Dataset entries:
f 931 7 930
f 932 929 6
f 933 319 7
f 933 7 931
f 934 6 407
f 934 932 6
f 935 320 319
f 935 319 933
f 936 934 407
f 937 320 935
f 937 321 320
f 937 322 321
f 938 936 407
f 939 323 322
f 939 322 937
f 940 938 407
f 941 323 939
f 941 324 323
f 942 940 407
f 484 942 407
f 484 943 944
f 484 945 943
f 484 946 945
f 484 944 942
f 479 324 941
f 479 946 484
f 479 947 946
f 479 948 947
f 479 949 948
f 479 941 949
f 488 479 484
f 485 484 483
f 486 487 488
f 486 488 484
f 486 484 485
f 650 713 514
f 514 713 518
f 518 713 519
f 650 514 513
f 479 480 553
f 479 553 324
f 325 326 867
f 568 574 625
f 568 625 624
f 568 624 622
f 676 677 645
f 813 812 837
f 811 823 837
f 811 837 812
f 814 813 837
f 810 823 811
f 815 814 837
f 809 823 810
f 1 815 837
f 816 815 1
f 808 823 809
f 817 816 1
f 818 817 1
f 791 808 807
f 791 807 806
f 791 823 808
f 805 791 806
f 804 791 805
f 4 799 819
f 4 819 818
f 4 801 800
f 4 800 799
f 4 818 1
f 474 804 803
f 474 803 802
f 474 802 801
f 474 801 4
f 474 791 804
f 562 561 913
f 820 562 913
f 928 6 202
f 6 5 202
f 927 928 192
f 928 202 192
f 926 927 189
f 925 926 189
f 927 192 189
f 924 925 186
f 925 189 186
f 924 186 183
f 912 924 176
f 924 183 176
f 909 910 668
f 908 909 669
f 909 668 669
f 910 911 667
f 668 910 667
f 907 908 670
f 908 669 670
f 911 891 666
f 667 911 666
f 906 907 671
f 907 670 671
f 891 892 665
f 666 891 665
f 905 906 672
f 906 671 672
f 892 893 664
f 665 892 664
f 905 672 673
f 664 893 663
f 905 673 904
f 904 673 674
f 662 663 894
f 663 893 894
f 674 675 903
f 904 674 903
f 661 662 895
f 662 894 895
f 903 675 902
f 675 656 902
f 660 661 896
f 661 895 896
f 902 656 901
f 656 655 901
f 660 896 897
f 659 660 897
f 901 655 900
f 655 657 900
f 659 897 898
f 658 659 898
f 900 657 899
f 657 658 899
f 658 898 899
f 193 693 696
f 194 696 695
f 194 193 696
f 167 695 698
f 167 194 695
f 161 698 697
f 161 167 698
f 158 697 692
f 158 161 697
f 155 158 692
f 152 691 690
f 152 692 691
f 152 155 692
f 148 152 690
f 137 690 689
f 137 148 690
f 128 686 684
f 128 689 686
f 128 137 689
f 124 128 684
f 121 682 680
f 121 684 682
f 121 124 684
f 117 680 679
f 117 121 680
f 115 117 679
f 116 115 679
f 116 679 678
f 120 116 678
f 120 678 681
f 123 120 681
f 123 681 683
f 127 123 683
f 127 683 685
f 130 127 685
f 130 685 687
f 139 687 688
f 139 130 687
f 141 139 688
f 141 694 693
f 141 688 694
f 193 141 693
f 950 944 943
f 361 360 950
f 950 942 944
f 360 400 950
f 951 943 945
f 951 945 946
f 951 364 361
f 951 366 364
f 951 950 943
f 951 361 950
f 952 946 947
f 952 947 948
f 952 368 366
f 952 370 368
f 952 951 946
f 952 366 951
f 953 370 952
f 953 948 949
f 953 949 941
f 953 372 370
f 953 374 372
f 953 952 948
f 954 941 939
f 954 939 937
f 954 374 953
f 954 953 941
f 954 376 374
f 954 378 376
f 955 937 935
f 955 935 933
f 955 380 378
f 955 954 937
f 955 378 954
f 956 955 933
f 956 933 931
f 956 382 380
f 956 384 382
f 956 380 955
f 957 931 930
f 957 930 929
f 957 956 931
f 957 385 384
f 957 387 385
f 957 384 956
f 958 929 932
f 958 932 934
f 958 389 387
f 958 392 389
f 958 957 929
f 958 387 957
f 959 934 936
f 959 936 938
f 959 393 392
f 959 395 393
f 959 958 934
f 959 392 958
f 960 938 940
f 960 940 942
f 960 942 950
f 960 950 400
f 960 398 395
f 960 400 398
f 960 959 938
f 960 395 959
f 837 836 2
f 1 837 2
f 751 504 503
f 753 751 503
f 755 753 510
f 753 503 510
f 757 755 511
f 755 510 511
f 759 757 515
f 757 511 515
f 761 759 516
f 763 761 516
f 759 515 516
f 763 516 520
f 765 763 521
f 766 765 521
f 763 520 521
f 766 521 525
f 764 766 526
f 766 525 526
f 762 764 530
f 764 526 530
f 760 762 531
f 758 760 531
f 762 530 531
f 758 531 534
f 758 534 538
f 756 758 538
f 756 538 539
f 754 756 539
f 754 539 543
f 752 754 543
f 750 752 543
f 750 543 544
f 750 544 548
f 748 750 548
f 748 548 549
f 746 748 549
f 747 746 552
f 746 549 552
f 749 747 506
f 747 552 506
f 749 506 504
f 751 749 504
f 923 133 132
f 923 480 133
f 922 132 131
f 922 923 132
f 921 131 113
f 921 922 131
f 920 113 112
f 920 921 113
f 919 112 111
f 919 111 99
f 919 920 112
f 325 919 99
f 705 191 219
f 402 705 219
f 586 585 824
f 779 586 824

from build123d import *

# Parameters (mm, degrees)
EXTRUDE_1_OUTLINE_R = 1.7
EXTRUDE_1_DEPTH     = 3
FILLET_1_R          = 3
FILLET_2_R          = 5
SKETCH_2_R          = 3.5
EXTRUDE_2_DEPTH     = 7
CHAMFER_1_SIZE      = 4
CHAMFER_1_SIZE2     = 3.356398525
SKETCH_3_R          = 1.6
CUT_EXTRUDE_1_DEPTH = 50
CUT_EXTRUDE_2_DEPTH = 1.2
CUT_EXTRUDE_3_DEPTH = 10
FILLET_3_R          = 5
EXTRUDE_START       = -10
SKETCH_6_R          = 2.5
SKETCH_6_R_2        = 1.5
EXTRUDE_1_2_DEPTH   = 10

### Problem to solve
Copy out, exactly and alone, the lines of the entries above between the ones holding "f 667 911 666" and "f 901 655 900", inclusive.

### Answer section
f 667 911 666
f 906 907 671
f 907 670 671
f 891 892 665
f 666 891 665
f 905 906 672
f 906 671 672
f 892 893 664
f 665 892 664
f 905 672 673
f 664 893 663
f 905 673 904
f 904 673 674
f 662 663 894
f 663 893 894
f 674 675 903
f 904 674 903
f 661 662 895
f 662 894 895
f 903 675 902
f 675 656 902
f 660 661 896
f 661 895 896
f 902 656 901
f 656 655 901
f 660 896 897
f 659 660 897
f 901 655 900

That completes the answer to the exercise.